Lurid covers, graphically descriptive writing, a huge cult fan base - all were part of the make-up of the NEL imprint. For much of this author's childhood NEL usually published the books I liked to read - Guy N. Smith, Stephen King, James Herbert, George G Gilman, Peter Haining, Robert Bloch, Ronald Holmes, Hondo Wells, Delano Stagg, James Moffet and others hidden away in the back of my mind.

NEL was and is (though the modern day NEL is quite distinct from the imprint during its heyday) and in the early days it operated by publishing paperbacks of the classics or reprinting its parents company's latest hardcover sensation. And it wasn't until the early 1960's when Welshman, Gareth Powell took over as managing director that the paperback imprint started to form into the king amongt publishers of original paperback fiction.

NEL knew from the start that it wanted to attract a teenage and young adult readership because it knew that's where the future lay for paperback publishing.

Because of this the publishing house would follow trends in popular culture and publish books to catch onto the latest trends and fashions.

In the early days they released several paperback books based on the fictional adventures of the pop group, The Beatles (a few of you may have heard of them), as well as tie-in works to Top of the Pops and the then new youth radio station, Radio One.

When Eastwood's Dollar westerns hit the big screen, NEL responded with a spate of violent westerns in the spaghetti style, when the Exorcist came out NEL screamed with its horror line with writers like Stephen King, James Herbert and Guy N. Smith. The company would also publish a Hells Angels series, paperback versions of the Hulk, Batman and Thor.

When the TV mini-series Roots was a massive success NEL issued a series of novels based around Slaves or Negro Warriors - these book became massive best-sellers with the cover images using sex to sell the story.

NEL even formed an association with the men's magazine Penthouse and started publishing a series of racy books baring the Penthouse name.

As a young reader during the Seventies it was the horror novels and action packed Westerns that interested me. And through NEL I would discover Stephen King and James Herbert as well as become addicted to the western series Edge by George G Gilman which was a pen name for Terry Harknet.

NEL were a massive success which was largely due to the fact that the writing was actually very good and often amazingly brilliant. Stephen King was no slouch, nor were James Herbert and Guy N. Smith. And the western series, Edge, although comical in its extreme violence, was actually a exciting and unpretentious read that anyone but the worse literary snobs could read.

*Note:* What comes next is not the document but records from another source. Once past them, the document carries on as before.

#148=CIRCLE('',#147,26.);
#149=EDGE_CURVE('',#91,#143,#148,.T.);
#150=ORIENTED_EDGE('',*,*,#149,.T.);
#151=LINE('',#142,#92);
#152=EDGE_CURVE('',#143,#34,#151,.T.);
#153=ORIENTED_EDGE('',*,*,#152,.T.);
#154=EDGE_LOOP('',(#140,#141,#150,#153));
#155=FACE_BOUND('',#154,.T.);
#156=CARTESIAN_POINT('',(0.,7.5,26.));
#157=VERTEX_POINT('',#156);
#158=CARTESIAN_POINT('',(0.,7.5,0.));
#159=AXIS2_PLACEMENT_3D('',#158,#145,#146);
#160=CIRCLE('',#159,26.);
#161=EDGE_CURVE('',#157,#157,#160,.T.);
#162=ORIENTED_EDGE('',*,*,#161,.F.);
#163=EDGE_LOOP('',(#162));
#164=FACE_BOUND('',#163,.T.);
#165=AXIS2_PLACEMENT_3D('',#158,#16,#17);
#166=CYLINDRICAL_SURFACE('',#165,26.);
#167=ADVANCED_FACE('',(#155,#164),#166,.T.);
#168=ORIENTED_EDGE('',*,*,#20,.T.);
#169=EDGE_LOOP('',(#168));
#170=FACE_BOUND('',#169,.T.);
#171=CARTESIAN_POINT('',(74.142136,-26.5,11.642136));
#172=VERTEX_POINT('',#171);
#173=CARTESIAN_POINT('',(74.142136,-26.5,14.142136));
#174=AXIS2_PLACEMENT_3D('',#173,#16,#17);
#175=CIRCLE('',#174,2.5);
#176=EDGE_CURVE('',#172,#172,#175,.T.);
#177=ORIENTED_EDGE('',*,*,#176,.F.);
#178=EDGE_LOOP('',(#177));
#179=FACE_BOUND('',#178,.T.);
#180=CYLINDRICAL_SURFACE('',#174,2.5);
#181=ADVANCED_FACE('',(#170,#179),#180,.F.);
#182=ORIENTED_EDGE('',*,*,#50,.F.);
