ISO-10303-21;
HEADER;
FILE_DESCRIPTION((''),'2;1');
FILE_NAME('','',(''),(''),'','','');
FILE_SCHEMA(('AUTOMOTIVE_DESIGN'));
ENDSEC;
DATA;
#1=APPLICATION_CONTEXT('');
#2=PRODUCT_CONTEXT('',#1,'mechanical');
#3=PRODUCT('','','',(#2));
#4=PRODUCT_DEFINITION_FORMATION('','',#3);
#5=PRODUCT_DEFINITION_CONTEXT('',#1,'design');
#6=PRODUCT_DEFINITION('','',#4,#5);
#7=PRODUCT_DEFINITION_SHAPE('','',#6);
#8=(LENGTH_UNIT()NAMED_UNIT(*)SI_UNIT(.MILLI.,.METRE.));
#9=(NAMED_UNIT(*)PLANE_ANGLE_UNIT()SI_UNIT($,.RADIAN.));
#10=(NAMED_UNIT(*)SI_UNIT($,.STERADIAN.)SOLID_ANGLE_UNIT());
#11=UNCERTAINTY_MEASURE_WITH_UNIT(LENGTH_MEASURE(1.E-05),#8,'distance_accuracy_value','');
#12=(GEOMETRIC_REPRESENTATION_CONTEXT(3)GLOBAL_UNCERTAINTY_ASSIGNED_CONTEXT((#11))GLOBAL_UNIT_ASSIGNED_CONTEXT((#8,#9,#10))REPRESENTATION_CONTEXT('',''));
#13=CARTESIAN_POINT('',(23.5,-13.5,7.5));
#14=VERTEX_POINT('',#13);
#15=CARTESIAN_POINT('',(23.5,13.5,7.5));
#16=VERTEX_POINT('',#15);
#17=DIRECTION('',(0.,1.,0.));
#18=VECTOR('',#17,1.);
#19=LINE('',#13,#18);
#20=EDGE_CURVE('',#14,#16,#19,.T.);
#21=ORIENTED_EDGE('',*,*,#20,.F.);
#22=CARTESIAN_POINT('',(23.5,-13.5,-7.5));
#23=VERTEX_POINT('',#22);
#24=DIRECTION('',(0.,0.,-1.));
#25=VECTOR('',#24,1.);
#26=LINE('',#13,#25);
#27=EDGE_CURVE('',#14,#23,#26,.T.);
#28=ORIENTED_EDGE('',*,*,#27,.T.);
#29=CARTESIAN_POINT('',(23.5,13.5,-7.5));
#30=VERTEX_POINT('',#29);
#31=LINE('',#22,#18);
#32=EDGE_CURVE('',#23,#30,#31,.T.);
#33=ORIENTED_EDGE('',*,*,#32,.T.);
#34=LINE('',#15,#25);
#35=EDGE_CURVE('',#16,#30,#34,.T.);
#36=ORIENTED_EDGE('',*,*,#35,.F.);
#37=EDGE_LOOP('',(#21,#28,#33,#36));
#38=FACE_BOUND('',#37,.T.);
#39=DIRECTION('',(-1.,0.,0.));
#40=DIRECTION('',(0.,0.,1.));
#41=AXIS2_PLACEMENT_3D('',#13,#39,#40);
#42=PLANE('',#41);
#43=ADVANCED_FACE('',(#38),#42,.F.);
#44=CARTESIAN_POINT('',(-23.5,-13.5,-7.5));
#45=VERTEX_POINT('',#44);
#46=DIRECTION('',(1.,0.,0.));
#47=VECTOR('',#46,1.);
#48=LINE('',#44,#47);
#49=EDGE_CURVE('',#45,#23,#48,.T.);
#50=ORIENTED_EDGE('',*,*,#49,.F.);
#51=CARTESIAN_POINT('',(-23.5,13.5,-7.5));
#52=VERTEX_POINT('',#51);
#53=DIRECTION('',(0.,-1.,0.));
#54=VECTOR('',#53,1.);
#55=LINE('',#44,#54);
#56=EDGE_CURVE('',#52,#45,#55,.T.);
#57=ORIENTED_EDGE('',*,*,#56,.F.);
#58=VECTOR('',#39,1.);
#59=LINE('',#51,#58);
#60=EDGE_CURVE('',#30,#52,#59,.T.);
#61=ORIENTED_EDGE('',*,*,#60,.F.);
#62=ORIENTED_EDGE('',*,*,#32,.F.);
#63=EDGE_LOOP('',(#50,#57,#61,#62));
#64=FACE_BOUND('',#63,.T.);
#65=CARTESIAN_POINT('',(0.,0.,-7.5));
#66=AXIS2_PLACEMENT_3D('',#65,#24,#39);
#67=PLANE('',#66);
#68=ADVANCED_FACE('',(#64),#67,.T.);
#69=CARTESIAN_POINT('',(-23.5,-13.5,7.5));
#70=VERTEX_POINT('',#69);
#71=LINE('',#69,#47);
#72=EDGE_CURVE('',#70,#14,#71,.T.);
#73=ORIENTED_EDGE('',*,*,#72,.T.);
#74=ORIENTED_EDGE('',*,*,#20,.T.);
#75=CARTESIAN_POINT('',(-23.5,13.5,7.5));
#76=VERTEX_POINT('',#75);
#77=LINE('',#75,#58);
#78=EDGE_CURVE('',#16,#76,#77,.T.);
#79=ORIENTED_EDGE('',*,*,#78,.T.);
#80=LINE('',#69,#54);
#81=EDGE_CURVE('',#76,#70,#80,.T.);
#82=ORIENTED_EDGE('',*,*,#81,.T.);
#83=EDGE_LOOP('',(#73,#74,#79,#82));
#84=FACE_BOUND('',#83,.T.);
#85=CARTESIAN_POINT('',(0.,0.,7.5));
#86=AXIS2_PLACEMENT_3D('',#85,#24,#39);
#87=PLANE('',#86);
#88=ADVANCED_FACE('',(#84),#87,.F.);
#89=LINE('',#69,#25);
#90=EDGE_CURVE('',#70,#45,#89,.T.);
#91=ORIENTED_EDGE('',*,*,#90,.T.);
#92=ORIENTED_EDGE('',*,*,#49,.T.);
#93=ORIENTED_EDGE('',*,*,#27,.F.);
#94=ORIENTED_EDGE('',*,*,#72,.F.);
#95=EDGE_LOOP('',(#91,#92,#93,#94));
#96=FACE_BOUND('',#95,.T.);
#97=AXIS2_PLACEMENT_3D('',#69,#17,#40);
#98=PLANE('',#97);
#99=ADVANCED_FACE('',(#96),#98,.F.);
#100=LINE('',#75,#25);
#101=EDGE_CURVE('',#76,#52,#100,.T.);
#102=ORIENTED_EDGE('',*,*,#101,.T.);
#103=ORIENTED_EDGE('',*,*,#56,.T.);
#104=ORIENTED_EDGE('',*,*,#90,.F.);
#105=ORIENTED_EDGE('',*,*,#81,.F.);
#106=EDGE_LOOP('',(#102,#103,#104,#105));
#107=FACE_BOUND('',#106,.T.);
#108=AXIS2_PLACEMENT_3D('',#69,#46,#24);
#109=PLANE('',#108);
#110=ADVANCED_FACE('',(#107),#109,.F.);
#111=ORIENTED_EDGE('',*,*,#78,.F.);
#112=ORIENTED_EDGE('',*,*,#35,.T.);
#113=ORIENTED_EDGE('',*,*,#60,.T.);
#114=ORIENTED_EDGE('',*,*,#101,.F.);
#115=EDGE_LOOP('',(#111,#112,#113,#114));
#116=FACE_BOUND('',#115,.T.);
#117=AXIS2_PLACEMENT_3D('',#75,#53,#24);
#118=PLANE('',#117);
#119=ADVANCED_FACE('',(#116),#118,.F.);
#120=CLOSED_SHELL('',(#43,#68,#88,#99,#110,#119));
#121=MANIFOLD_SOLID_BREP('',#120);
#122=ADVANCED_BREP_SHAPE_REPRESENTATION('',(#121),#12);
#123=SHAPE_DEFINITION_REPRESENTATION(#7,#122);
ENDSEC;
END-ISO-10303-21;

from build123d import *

# Parameters (mm, degrees)
SKETCH_1_W      = 47
SKETCH_1_H      = 27
EXTRUDE_1_DEPTH = 7.5


with BuildPart() as part:
    # Эскиз1 → Бобышка-Вытянуть1 (new body, symmetric)
    with BuildSketch(Plane.XY):
        Rectangle(SKETCH_1_W, SKETCH_1_H)
    extrude(amount=EXTRUDE_1_DEPTH, both=True)


solid = part.part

Whatever was happening in the world NEL would cash in which led to some bizarre Books - Richard Allen's Punk Rock was actually Blackboard Jungle updated and would have been Sid Vicious' favourite book if he'd been able to read. In fact I was a Punk in the late seventies and initially it was the book that turned me onto the movement rather than the music.

And so it was..............................

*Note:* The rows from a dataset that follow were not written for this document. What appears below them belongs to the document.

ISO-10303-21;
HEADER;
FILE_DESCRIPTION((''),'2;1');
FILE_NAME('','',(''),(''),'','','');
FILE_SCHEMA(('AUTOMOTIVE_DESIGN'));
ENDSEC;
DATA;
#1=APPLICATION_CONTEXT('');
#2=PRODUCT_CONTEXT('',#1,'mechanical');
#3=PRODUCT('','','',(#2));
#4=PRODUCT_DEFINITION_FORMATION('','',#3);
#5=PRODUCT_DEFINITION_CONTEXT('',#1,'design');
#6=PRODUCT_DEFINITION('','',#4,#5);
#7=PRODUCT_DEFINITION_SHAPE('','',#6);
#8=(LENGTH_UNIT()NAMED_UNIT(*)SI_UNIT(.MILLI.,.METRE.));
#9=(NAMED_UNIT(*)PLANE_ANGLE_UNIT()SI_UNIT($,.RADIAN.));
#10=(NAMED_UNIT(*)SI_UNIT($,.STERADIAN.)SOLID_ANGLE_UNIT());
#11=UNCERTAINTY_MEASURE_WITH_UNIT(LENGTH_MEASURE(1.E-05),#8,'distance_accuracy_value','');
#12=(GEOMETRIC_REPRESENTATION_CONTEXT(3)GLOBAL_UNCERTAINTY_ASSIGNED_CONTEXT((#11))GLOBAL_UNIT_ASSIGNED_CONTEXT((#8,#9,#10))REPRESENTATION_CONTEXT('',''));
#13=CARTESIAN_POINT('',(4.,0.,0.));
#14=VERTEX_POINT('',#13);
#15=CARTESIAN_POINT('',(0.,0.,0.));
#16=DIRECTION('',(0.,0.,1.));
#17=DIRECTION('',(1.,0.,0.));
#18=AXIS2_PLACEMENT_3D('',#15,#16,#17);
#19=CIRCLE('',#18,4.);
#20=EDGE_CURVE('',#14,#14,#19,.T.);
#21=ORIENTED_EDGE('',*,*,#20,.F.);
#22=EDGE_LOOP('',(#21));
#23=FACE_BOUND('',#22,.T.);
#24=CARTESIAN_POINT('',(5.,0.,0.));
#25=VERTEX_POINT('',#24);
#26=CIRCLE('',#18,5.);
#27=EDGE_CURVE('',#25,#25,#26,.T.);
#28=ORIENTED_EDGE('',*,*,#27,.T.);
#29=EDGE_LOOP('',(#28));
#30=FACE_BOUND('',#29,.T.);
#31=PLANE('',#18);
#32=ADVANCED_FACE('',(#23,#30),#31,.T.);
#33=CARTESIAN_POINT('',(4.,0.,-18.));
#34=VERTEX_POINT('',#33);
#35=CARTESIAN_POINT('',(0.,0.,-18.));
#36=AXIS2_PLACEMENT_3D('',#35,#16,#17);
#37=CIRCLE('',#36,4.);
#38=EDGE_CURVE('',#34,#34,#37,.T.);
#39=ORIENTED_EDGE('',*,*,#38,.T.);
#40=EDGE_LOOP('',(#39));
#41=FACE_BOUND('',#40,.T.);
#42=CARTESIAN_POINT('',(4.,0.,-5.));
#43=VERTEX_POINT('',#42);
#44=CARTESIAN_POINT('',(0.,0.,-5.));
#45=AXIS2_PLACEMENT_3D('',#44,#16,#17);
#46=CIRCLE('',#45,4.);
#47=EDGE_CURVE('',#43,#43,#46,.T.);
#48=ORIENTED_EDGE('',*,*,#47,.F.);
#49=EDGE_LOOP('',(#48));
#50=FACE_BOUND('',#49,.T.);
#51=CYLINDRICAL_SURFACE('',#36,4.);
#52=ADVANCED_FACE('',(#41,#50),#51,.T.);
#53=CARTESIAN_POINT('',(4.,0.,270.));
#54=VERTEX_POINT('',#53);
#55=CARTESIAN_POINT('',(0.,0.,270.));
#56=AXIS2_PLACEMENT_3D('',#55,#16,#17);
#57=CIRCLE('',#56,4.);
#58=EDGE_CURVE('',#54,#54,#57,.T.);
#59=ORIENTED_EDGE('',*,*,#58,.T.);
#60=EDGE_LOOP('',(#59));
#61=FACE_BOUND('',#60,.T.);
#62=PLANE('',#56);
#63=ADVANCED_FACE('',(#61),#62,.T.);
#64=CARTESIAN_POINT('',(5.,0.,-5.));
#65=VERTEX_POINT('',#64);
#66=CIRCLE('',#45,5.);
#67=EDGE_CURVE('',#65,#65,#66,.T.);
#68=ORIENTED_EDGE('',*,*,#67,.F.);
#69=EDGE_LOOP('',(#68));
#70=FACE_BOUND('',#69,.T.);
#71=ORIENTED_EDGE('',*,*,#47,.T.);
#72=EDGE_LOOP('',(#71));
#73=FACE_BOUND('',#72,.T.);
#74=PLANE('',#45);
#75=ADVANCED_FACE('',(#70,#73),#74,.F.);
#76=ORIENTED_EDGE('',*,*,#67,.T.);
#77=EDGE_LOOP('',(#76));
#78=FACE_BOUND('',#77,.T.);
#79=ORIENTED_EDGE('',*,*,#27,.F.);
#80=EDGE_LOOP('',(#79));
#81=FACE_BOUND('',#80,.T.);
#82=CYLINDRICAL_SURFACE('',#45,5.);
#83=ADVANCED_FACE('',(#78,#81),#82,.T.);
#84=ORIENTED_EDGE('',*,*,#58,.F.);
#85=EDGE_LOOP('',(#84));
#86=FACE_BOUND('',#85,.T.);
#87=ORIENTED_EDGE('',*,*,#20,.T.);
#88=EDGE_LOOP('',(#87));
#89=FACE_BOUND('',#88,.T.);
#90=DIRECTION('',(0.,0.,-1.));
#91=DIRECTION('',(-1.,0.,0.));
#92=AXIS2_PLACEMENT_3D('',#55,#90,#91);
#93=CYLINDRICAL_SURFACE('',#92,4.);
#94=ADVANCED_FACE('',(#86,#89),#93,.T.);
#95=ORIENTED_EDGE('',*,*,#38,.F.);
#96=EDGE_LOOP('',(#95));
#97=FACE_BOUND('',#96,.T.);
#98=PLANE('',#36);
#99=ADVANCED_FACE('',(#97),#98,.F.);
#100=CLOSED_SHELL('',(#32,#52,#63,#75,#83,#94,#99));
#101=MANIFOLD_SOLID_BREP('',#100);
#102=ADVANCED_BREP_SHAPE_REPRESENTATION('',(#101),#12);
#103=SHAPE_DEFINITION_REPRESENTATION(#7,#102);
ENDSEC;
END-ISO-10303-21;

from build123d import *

# Parameters (mm, degrees)
SKETCH1_R           = 4
BOSS_EXTRUDE1_DEPTH = 270
SKETCH2_R           = 5
BOSS_EXTRUDE2_DEPTH = 5
BOSS_EXTRUDE3_START = -18
SKETCH3_R           = 4
BOSS_EXTRUDE3_DEPTH = 18


with BuildPart() as part:
    # Sketch1 → Boss-Extrude1 (new body)
    with BuildSketch(Plane.XY):
        Circle(SKETCH1_R)
    extrude(amount=BOSS_EXTRUDE1_DEPTH)

    # Sketch2 → Boss-Extrude2 (add)
    with BuildSketch(Plane.XY):
        Circle(SKETCH2_R)
    extrude(amount=-BOSS_EXTRUDE2_DEPTH)

    # Sketch3 → Boss-Extrude3 (add)
    with BuildSketch(Plane.XY.offset(BOSS_EXTRUDE3_START)):
        Circle(SKETCH3_R)
    extrude(amount=BOSS_EXTRUDE3_DEPTH)


solid = part.part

These days the publishing industry has changed and NEL and the books it published have long gone out of style. There is the odd exception like Stephen King, James Herbert and Harold Robbins but for the most part the author's books have vanished from the mainstream book shops. There are publishers out there who carry on the NEL tradition of good, punchy reads - books designed primarily as entertainment.

But I miss the days of the old NEL when the book shops were far nicer places to visit and I could read of hells angels, skinheads,killer crabs, sex crazed nymphomaniacs, psychotic cowboys,sadistic German officers, mutated rats, pigeons and even,I kid you not, rampaging beetles.

The books are still out there for anyone wanting to sample the delights of these bygone days - check out second-hand books shops, charity shops, Ebay and other online auction houses and if you get a copy of SKINHEADS ON SPEED let me know.


Anonymous said...

"I could read of hells angels, skinheads,killer crabs, sex crazed nymphomaniacs, psychotic cowboys,sadistic German officers, mutated rats, pigeons and even,I kid you not, rampaging beetles."

I actually still read all that kind of material daily.


Gary Dobbs/Jack Martin said...

Good man - keep the faith.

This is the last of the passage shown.